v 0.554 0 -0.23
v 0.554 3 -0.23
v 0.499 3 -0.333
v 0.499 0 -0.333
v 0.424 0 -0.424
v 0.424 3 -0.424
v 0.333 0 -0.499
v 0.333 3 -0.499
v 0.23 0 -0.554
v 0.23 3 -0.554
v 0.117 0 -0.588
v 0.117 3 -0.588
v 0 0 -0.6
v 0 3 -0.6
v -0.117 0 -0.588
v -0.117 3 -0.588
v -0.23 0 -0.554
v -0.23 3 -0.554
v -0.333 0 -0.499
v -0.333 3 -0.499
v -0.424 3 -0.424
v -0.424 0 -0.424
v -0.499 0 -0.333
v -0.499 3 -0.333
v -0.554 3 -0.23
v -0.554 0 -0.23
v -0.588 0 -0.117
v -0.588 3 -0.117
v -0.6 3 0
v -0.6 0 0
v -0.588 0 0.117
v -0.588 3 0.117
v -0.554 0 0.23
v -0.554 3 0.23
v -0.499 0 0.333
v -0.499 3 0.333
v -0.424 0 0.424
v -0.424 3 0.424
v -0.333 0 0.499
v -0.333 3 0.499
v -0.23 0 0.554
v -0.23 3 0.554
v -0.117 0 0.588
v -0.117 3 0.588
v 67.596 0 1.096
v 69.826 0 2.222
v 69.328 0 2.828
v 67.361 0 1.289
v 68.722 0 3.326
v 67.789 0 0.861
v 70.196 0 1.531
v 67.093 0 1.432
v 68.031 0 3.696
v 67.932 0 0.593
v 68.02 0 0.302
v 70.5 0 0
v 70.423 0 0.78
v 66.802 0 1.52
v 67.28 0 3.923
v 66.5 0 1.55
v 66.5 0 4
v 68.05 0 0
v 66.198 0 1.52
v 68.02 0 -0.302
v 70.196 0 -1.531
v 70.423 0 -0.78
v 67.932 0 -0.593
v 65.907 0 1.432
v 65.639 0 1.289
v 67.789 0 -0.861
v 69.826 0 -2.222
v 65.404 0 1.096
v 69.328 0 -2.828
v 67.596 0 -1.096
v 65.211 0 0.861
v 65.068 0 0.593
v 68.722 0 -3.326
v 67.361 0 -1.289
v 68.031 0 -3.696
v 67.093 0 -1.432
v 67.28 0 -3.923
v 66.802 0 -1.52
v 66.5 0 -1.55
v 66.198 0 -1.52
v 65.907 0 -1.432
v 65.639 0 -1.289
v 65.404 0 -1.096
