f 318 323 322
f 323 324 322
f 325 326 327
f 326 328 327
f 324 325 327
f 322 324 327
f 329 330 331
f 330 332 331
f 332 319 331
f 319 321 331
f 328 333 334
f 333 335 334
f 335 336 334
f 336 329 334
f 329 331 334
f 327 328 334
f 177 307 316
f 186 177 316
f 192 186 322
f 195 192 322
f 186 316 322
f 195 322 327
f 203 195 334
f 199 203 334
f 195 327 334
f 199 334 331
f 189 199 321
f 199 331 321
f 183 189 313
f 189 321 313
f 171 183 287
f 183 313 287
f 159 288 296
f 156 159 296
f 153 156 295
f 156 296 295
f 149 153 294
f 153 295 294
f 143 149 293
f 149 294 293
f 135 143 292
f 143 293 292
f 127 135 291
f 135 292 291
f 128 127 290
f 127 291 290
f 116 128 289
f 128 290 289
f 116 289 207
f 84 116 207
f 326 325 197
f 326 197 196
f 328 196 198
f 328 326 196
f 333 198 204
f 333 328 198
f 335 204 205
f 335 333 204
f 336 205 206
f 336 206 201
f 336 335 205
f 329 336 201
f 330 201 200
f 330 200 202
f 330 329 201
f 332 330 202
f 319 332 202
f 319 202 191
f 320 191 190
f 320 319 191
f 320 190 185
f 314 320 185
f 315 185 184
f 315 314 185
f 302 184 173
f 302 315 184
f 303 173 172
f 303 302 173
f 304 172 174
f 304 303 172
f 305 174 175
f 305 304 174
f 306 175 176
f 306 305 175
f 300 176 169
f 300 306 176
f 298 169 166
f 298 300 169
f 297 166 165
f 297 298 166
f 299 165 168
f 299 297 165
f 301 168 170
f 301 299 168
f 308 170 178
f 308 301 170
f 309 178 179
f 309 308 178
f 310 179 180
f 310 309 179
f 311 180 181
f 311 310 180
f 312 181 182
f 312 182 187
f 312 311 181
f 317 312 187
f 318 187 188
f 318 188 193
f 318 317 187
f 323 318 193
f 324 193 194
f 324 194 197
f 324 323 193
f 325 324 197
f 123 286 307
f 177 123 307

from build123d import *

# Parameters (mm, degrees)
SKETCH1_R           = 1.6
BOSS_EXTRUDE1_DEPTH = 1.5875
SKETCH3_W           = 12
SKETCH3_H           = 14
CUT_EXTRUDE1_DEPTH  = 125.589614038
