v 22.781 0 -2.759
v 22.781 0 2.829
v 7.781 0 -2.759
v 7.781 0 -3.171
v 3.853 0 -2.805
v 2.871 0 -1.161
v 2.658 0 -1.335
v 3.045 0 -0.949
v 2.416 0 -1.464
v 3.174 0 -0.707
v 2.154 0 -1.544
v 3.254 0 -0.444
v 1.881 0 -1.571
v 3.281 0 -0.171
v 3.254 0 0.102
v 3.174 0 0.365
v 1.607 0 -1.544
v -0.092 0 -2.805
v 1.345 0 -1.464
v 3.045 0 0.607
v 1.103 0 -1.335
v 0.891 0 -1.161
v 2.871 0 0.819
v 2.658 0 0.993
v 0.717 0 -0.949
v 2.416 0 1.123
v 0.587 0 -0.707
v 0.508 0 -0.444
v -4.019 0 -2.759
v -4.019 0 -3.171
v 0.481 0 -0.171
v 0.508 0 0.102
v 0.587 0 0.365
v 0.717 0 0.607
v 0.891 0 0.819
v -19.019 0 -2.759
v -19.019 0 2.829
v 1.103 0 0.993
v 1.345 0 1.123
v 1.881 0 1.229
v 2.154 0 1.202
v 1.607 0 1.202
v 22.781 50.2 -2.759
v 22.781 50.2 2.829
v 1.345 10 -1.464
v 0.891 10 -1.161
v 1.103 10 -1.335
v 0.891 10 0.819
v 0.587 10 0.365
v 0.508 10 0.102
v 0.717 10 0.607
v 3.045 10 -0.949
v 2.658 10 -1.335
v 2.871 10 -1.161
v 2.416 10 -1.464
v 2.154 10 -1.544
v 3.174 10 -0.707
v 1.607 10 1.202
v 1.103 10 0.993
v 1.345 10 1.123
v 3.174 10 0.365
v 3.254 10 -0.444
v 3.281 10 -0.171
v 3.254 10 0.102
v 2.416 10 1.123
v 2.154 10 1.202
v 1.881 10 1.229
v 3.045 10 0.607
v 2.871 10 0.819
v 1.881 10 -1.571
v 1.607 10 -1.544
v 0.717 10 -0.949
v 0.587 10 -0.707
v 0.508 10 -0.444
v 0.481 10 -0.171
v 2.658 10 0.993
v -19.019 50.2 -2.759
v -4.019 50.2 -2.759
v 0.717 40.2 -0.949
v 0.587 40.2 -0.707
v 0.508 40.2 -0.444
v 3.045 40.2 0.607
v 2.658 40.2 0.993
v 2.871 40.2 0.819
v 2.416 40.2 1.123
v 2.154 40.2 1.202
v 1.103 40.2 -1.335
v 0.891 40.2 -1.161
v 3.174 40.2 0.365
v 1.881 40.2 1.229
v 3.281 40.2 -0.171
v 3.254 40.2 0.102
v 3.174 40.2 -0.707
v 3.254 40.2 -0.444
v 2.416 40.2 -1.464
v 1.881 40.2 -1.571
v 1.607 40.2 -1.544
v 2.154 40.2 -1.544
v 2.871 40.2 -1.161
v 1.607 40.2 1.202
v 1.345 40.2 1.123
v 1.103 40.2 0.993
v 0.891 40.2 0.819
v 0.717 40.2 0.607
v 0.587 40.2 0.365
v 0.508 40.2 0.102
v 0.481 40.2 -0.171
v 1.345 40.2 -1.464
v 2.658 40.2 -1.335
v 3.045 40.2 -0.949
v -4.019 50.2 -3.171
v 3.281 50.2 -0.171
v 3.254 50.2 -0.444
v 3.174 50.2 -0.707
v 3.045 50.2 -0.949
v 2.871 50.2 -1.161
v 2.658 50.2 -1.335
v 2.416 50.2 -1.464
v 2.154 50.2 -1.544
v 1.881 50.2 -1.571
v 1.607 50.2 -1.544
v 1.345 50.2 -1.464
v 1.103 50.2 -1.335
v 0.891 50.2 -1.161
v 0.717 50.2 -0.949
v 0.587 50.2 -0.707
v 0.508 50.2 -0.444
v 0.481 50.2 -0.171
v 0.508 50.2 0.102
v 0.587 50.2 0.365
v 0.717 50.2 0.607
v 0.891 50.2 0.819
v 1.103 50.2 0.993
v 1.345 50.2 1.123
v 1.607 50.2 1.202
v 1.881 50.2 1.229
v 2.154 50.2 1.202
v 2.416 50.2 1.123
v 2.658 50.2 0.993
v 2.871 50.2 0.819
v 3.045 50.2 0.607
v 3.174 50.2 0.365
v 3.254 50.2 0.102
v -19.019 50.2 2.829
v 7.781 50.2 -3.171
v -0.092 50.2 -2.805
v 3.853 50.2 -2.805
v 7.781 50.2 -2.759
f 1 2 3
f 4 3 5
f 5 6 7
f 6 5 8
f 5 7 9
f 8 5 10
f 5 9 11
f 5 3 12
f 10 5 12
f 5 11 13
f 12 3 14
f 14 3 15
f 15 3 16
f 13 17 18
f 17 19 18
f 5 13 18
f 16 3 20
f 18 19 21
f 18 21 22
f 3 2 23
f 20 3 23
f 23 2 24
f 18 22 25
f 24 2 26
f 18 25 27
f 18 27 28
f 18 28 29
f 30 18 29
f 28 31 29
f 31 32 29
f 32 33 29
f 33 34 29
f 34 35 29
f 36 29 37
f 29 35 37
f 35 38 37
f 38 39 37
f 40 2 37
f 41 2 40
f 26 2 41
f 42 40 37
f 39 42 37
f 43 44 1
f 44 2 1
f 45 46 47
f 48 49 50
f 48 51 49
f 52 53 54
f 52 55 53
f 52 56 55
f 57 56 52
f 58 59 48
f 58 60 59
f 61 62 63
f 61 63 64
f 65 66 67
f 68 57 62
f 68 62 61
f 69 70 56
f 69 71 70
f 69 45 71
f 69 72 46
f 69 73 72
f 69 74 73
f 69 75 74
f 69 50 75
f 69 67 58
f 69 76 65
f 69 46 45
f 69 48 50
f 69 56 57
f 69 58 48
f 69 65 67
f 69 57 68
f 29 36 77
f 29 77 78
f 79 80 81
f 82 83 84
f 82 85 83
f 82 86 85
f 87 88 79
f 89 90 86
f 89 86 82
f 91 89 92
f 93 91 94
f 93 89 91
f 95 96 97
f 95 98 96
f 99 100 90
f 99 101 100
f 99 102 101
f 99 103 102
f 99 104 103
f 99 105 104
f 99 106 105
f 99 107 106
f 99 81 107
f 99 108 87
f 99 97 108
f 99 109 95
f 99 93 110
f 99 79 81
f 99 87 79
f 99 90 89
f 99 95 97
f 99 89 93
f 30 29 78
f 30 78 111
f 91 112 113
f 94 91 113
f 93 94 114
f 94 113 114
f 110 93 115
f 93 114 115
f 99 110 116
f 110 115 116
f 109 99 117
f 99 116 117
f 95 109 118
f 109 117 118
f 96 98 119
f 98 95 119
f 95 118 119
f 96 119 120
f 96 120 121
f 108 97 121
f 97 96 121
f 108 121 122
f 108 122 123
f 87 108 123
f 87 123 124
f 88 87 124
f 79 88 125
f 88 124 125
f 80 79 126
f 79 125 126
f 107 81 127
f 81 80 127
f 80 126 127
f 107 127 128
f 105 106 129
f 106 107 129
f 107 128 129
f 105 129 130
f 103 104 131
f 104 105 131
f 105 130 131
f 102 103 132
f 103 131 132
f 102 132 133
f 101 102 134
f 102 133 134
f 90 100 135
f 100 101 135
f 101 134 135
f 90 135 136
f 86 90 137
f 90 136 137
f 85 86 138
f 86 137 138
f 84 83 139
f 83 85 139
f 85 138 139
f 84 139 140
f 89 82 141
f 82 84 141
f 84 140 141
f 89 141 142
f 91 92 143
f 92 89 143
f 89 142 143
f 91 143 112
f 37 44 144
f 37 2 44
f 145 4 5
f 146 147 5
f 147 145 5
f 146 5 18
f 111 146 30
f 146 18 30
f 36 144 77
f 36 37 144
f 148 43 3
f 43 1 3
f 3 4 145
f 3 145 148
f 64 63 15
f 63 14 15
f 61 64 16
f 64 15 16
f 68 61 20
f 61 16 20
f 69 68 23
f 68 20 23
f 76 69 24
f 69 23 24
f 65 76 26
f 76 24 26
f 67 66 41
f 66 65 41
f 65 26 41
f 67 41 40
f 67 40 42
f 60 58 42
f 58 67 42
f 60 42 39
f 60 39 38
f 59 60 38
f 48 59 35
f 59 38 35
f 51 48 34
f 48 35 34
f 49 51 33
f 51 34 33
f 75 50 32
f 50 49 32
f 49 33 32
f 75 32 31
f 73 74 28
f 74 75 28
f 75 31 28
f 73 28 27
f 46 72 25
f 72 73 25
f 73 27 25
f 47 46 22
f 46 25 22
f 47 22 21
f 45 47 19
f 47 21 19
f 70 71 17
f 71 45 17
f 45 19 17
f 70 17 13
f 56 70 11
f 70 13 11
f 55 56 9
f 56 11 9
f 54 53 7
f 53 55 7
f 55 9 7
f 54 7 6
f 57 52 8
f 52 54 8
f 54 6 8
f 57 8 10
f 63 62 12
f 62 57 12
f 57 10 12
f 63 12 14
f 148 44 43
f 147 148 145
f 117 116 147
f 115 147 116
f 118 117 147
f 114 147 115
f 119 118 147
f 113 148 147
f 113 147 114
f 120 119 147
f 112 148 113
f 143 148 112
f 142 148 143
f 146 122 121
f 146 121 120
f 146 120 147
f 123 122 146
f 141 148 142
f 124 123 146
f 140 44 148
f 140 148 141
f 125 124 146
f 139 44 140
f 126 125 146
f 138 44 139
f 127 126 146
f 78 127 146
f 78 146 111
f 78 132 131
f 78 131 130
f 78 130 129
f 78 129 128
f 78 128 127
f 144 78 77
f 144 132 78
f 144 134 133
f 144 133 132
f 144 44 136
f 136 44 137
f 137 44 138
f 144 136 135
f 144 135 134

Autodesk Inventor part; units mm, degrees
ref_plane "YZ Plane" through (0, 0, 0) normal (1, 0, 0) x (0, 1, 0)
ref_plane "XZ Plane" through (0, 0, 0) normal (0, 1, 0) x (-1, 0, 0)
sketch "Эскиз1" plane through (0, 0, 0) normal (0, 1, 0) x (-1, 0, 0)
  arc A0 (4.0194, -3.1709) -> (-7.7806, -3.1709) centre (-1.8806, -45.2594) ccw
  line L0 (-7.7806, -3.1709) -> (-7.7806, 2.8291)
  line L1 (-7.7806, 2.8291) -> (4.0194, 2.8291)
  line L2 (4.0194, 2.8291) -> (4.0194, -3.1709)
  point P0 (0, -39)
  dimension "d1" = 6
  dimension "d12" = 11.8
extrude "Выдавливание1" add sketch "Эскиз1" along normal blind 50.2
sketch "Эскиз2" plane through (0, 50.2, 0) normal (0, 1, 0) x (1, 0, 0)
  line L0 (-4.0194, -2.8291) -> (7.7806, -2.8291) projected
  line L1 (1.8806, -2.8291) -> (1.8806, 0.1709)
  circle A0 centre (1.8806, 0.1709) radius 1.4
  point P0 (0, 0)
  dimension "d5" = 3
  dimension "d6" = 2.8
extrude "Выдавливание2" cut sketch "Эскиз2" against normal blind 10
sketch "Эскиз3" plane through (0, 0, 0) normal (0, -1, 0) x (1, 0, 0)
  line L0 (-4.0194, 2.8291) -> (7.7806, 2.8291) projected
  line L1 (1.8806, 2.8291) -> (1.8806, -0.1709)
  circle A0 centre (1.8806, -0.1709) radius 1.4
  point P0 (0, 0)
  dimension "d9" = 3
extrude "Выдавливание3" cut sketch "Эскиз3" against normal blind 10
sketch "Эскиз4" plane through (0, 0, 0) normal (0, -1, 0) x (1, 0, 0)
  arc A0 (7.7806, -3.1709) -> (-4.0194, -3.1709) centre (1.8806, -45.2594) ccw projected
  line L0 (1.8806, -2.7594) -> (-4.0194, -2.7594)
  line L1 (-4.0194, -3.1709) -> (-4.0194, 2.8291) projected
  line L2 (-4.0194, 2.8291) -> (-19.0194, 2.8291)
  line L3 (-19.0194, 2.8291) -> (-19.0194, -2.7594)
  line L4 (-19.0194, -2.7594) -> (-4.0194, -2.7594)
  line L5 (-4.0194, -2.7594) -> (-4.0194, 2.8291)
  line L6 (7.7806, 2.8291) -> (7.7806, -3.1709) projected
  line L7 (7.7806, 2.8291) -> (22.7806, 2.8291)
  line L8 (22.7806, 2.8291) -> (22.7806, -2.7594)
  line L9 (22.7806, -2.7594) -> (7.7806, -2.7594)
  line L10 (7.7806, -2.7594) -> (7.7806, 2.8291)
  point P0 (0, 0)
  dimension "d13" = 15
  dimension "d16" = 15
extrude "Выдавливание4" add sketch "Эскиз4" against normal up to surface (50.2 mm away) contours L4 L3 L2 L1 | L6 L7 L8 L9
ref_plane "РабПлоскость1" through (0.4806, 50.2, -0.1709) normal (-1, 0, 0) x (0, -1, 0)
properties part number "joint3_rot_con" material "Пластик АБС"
*****
[Requirement]: Using the entries above, output exactly the lines between the line holding "v 0.891 0 -1.161" and the line holding "v 2.416 10 -1.464", end lines included, and nothing more.

[Response to the exercise]:
v 0.891 0 -1.161
v 2.871 0 0.819
v 2.658 0 0.993
v 0.717 0 -0.949
v 2.416 0 1.123
v 0.587 0 -0.707
v 0.508 0 -0.444
v -4.019 0 -2.759
v -4.019 0 -3.171
v 0.481 0 -0.171
v 0.508 0 0.102
v 0.587 0 0.365
v 0.717 0 0.607
v 0.891 0 0.819
v -19.019 0 -2.759
v -19.019 0 2.829
v 1.103 0 0.993
v 1.345 0 1.123
v 1.881 0 1.229
v 2.154 0 1.202
v 1.607 0 1.202
v 22.781 50.2 -2.759
v 22.781 50.2 2.829
v 1.345 10 -1.464
v 0.891 10 -1.161
v 1.103 10 -1.335
v 0.891 10 0.819
v 0.587 10 0.365
v 0.508 10 0.102
v 0.717 10 0.607
v 3.045 10 -0.949
v 2.658 10 -1.335
v 2.871 10 -1.161
v 2.416 10 -1.464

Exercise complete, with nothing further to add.